▸ **DIRECTIONS FOR THIS TASK**
Below are some records; output exactly the lines from the line with "# Sketch11 → Boss-Extrude5 (add)" to the line with "Rebuilt in FreeCAD, every", both ends kept, and nothing more.

▸ **MATERIAL SHOWN**

= Beginning of Section =

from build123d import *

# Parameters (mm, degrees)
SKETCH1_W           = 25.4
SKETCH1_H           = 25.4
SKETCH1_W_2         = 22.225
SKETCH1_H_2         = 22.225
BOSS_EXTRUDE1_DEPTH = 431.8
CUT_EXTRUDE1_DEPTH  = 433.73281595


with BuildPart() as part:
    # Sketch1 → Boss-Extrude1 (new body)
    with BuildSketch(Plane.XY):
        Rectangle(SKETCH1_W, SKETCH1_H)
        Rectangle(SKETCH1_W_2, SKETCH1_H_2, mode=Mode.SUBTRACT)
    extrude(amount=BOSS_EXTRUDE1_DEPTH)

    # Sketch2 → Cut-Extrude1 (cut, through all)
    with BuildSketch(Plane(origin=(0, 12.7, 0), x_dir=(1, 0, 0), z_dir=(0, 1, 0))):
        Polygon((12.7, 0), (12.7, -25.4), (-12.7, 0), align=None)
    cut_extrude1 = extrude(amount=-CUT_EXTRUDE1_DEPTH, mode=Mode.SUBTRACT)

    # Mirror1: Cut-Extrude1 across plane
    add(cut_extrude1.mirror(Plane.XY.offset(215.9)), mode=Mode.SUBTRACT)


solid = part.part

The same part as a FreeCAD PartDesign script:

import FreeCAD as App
import Part
import Sketcher
Q = App.Units.Quantity


def add_polygon(sketch, points):
    """Adds a closed chain of lines whose ends are joined by coincident constraints."""
    first, n = sketch.GeometryCount, len(points)
    for a, b in zip(points, points[1:] + points[:1]):
        sketch.addGeometry(Part.LineSegment(App.Vector(*a, 0), App.Vector(*b, 0)), False)
    for i in range(n):
        sketch.addConstraint(Sketcher.Constraint("Coincident", first + i, 2, first + (i + 1) % n, 1))

doc = App.newDocument("Part")
body = doc.addObject("PartDesign::Body", "Body")

# Sketch on XY plane
sketch1 = doc.addObject("Sketcher::SketchObject", "Sketch")
body.addObject(sketch1)
sketch1.AttachmentSupport = (doc.XY_Plane, [""])
sketch1.MapMode = "FlatFace"
add_polygon(sketch1, [(-13, 13), (-13, -13), (13, -13), (13, 13)])  # lines 0-3
add_polygon(sketch1, [(11, -11), (-11, -11), (-11, 11), (11, 11)])  # lines 4-7
sketch1.addConstraint([
    Sketcher.Constraint("Vertical", 0),
    Sketcher.Constraint("Horizontal", 1),
    Sketcher.Constraint("Vertical", 2),
    Sketcher.Constraint("Horizontal", 3),
    Sketcher.Constraint("Horizontal", 4),
    Sketcher.Constraint("Vertical", 5),
    Sketcher.Constraint("Horizontal", 6),
    Sketcher.Constraint("Vertical", 7),
    Sketcher.Constraint("Symmetric", 0, 2, 2, 2, -1, 1),
    Sketcher.Constraint("Symmetric", 4, 2, 6, 2, -1, 1),
    Sketcher.Constraint("Equal", 3, 0),
    Sketcher.Constraint("Equal", 6, 5),
    Sketcher.Constraint("DistanceX", 1, 1, 1, 2, Q("1 in")),
    Sketcher.Constraint("DistanceX", 4, 2, 4, 1, Q("0.875 in")),
])
pad1 = doc.addObject("PartDesign::Pad", "Pad")
body.addObject(pad1)
pad1.Profile = sketch1
pad1.Length = Q("17 in")

# Sketch on XZ plane
sketch2 = doc.addObject("Sketcher::SketchObject", "Sketch001")
body.addObject(sketch2)
sketch2.AttachmentSupport = (doc.XZ_Plane, [""])
sketch2.MapMode = "FlatFace"
sketch2.AttachmentOffset = App.Placement(App.Vector(0, 0, -0.5 * 25.4), App.Rotation())
add_polygon(sketch2, [(13, 25), (13, 0), (-13, 0)])  # lines 0-2
sketch2.addConstraint([
    Sketcher.Constraint("Vertical", 0),
    Sketcher.Constraint("Horizontal", 1),
    Sketcher.Constraint("Symmetric", 0, 2, 1, 2, -1, 1),
    Sketcher.Constraint("Equal", 1, 0),
    Sketcher.Constraint("DistanceX", 1, 2, 1, 1, Q("1 in")),
])
pocket1 = doc.addObject("PartDesign::Pocket", "Pocket")
body.addObject(pocket1)
pocket1.Profile = sketch2
pocket1.Type = "ThroughAll"
pocket1.Reversed = True
doc.recompute()

datumplane = doc.addObject("PartDesign::Plane", "DatumPlane")
body.addObject(datumplane)
datumplane.AttachmentSupport = (doc.XY_Plane, [""])
datumplane.MapMode = "FlatFace"
datumplane.AttachmentOffset = App.Placement(App.Vector(0, 0, 8.5 * 25.4), App.Rotation())
mirrored = doc.addObject("PartDesign::Mirrored", "Mirrored")
body.addObject(mirrored)
mirrored.Originals = [pocket1]
mirrored.MirrorPlane = (datumplane, [""])
body.Tip = mirrored

doc.recompute()
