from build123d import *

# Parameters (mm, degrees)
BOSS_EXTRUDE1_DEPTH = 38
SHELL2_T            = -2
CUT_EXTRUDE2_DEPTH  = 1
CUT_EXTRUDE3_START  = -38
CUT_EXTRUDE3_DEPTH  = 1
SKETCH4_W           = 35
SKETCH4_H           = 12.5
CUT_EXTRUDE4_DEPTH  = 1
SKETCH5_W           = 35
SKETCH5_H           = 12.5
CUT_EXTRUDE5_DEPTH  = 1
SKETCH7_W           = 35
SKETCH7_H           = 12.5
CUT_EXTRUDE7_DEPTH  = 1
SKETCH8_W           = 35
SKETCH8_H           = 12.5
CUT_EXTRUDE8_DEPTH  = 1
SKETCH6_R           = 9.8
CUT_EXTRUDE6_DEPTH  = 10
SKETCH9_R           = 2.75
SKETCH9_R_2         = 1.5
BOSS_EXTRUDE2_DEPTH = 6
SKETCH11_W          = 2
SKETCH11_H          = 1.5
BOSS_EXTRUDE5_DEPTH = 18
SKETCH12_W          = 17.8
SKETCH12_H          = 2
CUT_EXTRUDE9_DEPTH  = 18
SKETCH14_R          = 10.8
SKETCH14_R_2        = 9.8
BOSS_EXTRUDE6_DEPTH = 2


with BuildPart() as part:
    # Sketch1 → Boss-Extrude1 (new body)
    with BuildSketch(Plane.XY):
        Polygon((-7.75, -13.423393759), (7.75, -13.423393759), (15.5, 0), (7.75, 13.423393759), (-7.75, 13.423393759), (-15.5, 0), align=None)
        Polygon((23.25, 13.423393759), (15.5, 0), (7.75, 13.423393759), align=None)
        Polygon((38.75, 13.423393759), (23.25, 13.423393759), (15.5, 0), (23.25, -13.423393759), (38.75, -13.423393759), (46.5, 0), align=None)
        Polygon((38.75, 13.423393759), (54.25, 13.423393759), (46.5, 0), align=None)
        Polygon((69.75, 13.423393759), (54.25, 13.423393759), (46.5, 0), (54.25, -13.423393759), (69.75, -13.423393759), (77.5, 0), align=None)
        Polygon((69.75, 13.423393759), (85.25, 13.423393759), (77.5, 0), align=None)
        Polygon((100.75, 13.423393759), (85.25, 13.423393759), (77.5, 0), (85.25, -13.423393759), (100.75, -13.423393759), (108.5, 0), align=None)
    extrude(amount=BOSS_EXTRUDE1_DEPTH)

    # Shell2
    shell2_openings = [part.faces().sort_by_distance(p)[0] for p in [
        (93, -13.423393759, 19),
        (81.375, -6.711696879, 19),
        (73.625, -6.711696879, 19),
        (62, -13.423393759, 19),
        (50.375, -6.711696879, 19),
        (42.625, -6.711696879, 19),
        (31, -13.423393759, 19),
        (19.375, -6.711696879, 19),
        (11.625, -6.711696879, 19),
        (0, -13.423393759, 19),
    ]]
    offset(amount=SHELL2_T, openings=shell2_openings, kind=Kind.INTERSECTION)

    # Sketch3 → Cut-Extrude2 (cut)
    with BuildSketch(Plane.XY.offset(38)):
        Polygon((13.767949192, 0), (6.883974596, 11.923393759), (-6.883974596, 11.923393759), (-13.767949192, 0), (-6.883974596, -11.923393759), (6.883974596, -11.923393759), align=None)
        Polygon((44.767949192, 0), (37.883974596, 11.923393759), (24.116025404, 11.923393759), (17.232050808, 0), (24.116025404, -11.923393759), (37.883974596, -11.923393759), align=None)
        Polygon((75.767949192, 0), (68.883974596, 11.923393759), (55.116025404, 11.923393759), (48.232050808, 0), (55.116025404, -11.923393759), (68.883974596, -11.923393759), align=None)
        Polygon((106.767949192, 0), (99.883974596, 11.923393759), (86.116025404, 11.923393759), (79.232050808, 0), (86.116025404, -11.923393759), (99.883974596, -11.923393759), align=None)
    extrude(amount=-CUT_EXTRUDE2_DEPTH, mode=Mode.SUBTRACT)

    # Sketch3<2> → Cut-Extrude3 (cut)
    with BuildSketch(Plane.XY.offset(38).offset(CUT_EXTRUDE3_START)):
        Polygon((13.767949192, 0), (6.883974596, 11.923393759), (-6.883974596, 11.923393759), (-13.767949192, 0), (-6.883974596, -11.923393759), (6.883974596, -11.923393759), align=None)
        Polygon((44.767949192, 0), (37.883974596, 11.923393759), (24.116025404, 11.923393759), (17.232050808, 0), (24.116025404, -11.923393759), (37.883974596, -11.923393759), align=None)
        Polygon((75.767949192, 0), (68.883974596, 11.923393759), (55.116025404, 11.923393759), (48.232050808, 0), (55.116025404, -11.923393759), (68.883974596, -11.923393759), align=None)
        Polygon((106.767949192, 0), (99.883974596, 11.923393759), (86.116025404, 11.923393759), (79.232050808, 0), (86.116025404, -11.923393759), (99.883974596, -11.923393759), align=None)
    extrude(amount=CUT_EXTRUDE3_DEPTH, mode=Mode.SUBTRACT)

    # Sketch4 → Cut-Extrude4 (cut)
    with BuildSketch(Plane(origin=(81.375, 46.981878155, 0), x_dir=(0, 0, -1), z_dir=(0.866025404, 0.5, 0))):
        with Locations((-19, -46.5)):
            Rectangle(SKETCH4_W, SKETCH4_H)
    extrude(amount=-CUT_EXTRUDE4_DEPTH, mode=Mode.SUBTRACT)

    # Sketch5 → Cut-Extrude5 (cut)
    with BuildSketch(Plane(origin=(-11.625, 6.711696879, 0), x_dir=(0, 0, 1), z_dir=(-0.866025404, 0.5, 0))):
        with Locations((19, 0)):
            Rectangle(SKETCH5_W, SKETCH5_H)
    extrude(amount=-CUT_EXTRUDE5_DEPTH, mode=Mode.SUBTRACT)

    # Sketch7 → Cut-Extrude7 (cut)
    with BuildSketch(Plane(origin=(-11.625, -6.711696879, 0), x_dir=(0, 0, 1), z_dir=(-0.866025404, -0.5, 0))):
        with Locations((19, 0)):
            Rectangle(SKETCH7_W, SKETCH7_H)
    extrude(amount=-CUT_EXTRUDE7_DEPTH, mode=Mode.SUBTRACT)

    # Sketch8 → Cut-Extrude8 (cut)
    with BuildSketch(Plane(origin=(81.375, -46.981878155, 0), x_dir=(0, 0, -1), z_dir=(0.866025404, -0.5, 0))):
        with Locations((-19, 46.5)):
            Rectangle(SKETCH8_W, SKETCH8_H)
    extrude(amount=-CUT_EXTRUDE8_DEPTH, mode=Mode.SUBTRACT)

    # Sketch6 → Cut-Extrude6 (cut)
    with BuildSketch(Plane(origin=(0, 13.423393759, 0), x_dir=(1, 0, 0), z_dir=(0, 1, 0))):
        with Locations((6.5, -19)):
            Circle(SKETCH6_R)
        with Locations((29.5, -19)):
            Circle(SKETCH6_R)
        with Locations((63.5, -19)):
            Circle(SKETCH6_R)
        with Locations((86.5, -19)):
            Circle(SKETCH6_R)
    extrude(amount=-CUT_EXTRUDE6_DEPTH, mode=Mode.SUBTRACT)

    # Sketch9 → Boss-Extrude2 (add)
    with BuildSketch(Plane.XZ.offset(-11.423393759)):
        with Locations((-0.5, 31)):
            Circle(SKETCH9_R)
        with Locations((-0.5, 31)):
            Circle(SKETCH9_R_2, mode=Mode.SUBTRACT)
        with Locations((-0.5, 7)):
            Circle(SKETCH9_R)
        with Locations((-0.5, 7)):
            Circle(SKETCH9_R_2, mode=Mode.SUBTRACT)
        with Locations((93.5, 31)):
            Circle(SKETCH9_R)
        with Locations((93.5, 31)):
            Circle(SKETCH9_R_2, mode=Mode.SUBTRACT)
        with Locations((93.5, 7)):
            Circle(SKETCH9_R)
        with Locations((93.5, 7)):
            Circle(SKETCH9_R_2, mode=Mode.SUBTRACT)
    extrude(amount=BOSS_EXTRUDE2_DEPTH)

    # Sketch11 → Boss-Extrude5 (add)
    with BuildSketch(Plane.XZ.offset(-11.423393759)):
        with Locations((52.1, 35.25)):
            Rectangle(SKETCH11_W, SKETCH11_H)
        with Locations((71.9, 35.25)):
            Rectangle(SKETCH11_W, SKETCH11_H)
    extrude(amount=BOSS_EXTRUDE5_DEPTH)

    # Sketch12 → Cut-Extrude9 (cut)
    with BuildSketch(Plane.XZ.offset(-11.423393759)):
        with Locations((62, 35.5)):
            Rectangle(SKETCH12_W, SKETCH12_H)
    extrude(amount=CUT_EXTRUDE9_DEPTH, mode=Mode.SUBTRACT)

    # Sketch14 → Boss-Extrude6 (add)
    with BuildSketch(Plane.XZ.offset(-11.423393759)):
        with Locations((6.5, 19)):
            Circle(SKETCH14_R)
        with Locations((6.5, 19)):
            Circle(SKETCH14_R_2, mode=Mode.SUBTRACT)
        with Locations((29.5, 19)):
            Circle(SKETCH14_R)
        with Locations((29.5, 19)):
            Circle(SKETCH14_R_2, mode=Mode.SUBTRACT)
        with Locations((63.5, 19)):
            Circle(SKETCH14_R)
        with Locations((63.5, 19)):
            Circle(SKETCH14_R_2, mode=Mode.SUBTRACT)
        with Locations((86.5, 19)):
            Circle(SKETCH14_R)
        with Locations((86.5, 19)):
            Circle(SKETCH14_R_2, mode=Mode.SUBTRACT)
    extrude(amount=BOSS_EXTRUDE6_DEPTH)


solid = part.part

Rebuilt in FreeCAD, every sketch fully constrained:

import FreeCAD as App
import Part
import Sketcher
from FreeCAD import Vector
Q = App.Units.Quantity


def faces_at(feature, points):
    """Names of the faces that lie closest to the given points."""
    faces = feature.Shape.Faces
    near = lambda p: min(range(len(faces)), key=lambda i: faces[i].distToShape(Part.Vertex(*p))[0])
    return sorted({f"Face{near(p) + 1}" for p in points})


def add_polygon(sketch, points):
    """Adds a closed chain of lines whose ends are joined by coincident constraints."""
    first, n = sketch.GeometryCount, len(points)
    for a, b in zip(points, points[1:] + points[:1]):
        sketch.addGeometry(Part.LineSegment(App.Vector(*a, 0), App.Vector(*b, 0)), False)
    for i in range(n):
        sketch.addConstraint(Sketcher.Constraint("Coincident", first + i, 2, first + (i + 1) % n, 1))

doc = App.newDocument("Part")
params = doc.addObject("Spreadsheet::Sheet", "Params")
for row, (alias, value) in enumerate([
    ("sketch1_width", "15.5 mm"),
    ("sketch1_width2", "108.5 mm"),
    ("pad1_length", "38 mm"),
    ("thickness_wall", "2 mm"),
    ("pocket1_length", "1 mm"),
    ("pocket2_length", "1 mm"),
    ("sketch4_width", "35 mm"),
    ("sketch4_height", "12.5 mm"),
    ("pocket3_length", "1 mm"),
    ("sketch5_width", "35 mm"),
    ("sketch5_height", "12.5 mm"),
    ("pocket4_length", "1 mm"),
    ("sketch6_width", "35 mm"),
    ("sketch6_height", "12.5 mm"),
    ("pocket5_length", "1 mm"),
    ("sketch7_width", "35 mm"),
    ("sketch7_height", "12.5 mm"),
    ("pocket6_length", "1 mm"),
    ("sketch8_diameter", "19.6 mm"),
    ("pocket7_length", "10 mm"),
    ("sketch9_diameter", "3 mm"),
    ("sketch9_diameter2", "5.5 mm"),
    ("pad2_length", "6 mm"),
    ("sketch10_width", "2 mm"),
    ("sketch10_height", "1.5 mm"),
    ("pad3_length", "18 mm"),
    ("sketch11_height", "2 mm"),
    ("sketch11_width", "17.8 mm"),
    ("pocket8_length", "18 mm"),
    ("sketch12_diameter", "21.6 mm"),
    ("sketch12_diameter2", "19.6 mm"),
    ("pad4_length", "2 mm"),
], start=1):
    params.set(f"A{row}", alias)
    params.set(f"B{row}", "=" + value)
    params.setAlias(f"B{row}", alias)

body = doc.addObject("PartDesign::Body", "Body")

sketch1 = doc.addObject("Sketcher::SketchObject", "Sketch")
body.addObject(sketch1)
sketch1.AttachmentSupport = (doc.XY_Plane, [""])
sketch1.MapMode = "FlatFace"
add_polygon(sketch1, [(-7.75, -13.423394), (7.75, -13.423394), (15.5, 0), (23.25, -13.423394), (38.75, -13.423394), (46.5, 0), (54.25, -13.423394), (69.75, -13.423394), (77.5, 0), (85.25, -13.423394), (100.75, -13.423394), (108.5, 0), (100.75, 13.423394), (-7.75, 13.423394), (-15.5, 0)])
sketch1.addConstraint([
    Sketcher.Constraint("Horizontal", 0),
    Sketcher.Constraint("Horizontal", 3),
    Sketcher.Constraint("Horizontal", 6),
    Sketcher.Constraint("Horizontal", 9),
    Sketcher.Constraint("Horizontal", 12),
    Sketcher.Constraint("Symmetric", 0, 2, 12, 2, -1, 1),
    Sketcher.Constraint("Symmetric", 1, 2, 13, 2, -1, 1),
    Sketcher.Constraint("Symmetric", 9, 2, 11, 2, -1),
    Sketcher.Constraint("PointOnObject", 1, 2, -1),
    Sketcher.Constraint("PointOnObject", 4, 2, -1),
    Sketcher.Constraint("PointOnObject", 7, 2, -1),
    Sketcher.Constraint("PointOnObject", 10, 2, -1),
    Sketcher.Constraint("Parallel", 1, 4),
    Sketcher.Constraint("Parallel", 2, 5),
    Sketcher.Constraint("Parallel", 4, 7),
    Sketcher.Constraint("Parallel", 5, 8),
    Sketcher.Constraint("Parallel", 7, 10),
    Sketcher.Constraint("Parallel", 8, 11),
    Sketcher.Constraint("Parallel", 11, 14),
    Sketcher.Constraint("Horizontal", 0, 2, 2, 2),
    Sketcher.Constraint("Horizontal", 3, 2, 5, 2),
    Sketcher.Constraint("Equal", 0, 3),
    Sketcher.Constraint("Equal", 3, 6),
    Sketcher.Constraint("Equal", 6, 9),
    Sketcher.Constraint("Angle", 1, Q("60 deg")),
    Sketcher.Constraint("DistanceX", 0, 1, 0, 2, 15.5),
    Sketcher.Constraint("DistanceX", 12, 2, 12, 1, 108.5),
])
sketch1.setExpression("Constraints[40]", "Params.sketch1_width")
sketch1.setExpression("Constraints[41]", "Params.sketch1_width2")
pad1 = doc.addObject("PartDesign::Pad", "Pad")
body.addObject(pad1)
pad1.Profile = sketch1
pad1.setExpression("Length", "Params.pad1_length")
doc.recompute()

thickness = doc.addObject("PartDesign::Thickness", "Thickness")
body.addObject(thickness)
thickness.Base = (pad1, faces_at(pad1, [
    (93, -13.423, 19),
    (81.375, -6.712, 19),
    (73.625, -6.712, 19),
    (62, -13.423, 19),
    (50.375, -6.712, 19),
    (42.625, -6.712, 19),
    (31, -13.423, 19),
    (19.375, -6.712, 19),
    (11.625, -6.712, 19),
    (0, -13.423, 19),
]))
thickness.setExpression("Value", "Params.thickness_wall")
thickness.Reversed = True
thickness.Join = "Intersection"

sketch2 = doc.addObject("Sketcher::SketchObject", "Sketch001")
body.addObject(sketch2)
sketch2.AttachmentSupport = (doc.XY_Plane, [""])
sketch2.MapMode = "FlatFace"
sketch2.AttachmentOffset = App.Placement(Vector(0, 0, 38), App.Rotation())
add_polygon(sketch2, [(13.767949, 0), (6.883975, 11.923394), (-6.883975, 11.923394), (-13.767949, 0), (-6.883975, -11.923394), (6.883975, -11.923394)])
add_polygon(sketch2, [(44.767949, 0), (37.883975, 11.923394), (24.116025, 11.923394), (17.232051, 0), (24.116025, -11.923394), (37.883975, -11.923394)])
add_polygon(sketch2, [(75.767949, 0), (68.883975, 11.923394), (55.116025, 11.923394), (48.232051, 0), (55.116025, -11.923394), (68.883975, -11.923394)])
add_polygon(sketch2, [(106.767949, 0), (99.883975, 11.923394), (86.116025, 11.923394), (79.232051, 0), (86.116025, -11.923394), (99.883975, -11.923394)])
sketch2.addConstraint([
    Sketcher.Constraint("Horizontal", 1),
    Sketcher.Constraint("Horizontal", 4),
    Sketcher.Constraint("Horizontal", 7),
    Sketcher.Constraint("Horizontal", 10),
    Sketcher.Constraint("Horizontal", 13),
    Sketcher.Constraint("Horizontal", 16),
    Sketcher.Constraint("Horizontal", 19),
    Sketcher.Constraint("Horizontal", 22),
    Sketcher.Constraint("Symmetric", 0, 2, 3, 2, -1, 1),
    Sketcher.Constraint("Symmetric", 2, 2, 5, 2, -1, 1),
    Sketcher.Constraint("Symmetric", 7, 2, 9, 2, -1),
    Sketcher.Constraint("Symmetric", 13, 2, 15, 2, -1),
    Sketcher.Constraint("Symmetric", 19, 2, 21, 2, -1),
    Sketcher.Constraint("PointOnObject", 2, 2, -1),
    Sketcher.Constraint("PointOnObject", 8, 2, -1),
    Sketcher.Constraint("PointOnObject", 11, 2, -1),
    Sketcher.Constraint("PointOnObject", 14, 2, -1),
    Sketcher.Constraint("PointOnObject", 17, 2, -1),
    Sketcher.Constraint("PointOnObject", 20, 2, -1),
    Sketcher.Constraint("PointOnObject", 23, 2, -1),
    Sketcher.Constraint("Parallel", 2, 5),
    Sketcher.Constraint("Parallel", 3, 6),
    Sketcher.Constraint("Parallel", 5, 8),
    Sketcher.Constraint("Parallel", 6, 9),
    Sketcher.Constraint("Parallel", 8, 11),
    Sketcher.Constraint("Parallel", 9, 12),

= End of Section =

▸ **EXERCISE RESULT**
    # Sketch11 → Boss-Extrude5 (add)
    with BuildSketch(Plane.XZ.offset(-11.423393759)):
        with Locations((52.1, 35.25)):
            Rectangle(SKETCH11_W, SKETCH11_H)
        with Locations((71.9, 35.25)):
            Rectangle(SKETCH11_W, SKETCH11_H)
    extrude(amount=BOSS_EXTRUDE5_DEPTH)

    # Sketch12 → Cut-Extrude9 (cut)
    with BuildSketch(Plane.XZ.offset(-11.423393759)):
        with Locations((62, 35.5)):
            Rectangle(SKETCH12_W, SKETCH12_H)
    extrude(amount=CUT_EXTRUDE9_DEPTH, mode=Mode.SUBTRACT)

    # Sketch14 → Boss-Extrude6 (add)
    with BuildSketch(Plane.XZ.offset(-11.423393759)):
        with Locations((6.5, 19)):
            Circle(SKETCH14_R)
        with Locations((6.5, 19)):
            Circle(SKETCH14_R_2, mode=Mode.SUBTRACT)
        with Locations((29.5, 19)):
            Circle(SKETCH14_R)
        with Locations((29.5, 19)):
            Circle(SKETCH14_R_2, mode=Mode.SUBTRACT)
        with Locations((63.5, 19)):
            Circle(SKETCH14_R)
        with Locations((63.5, 19)):
            Circle(SKETCH14_R_2, mode=Mode.SUBTRACT)
        with Locations((86.5, 19)):
            Circle(SKETCH14_R)
        with Locations((86.5, 19)):
            Circle(SKETCH14_R_2, mode=Mode.SUBTRACT)
    extrude(amount=BOSS_EXTRUDE6_DEPTH)


solid = part.part

Rebuilt in FreeCAD, every sketch fully constrained:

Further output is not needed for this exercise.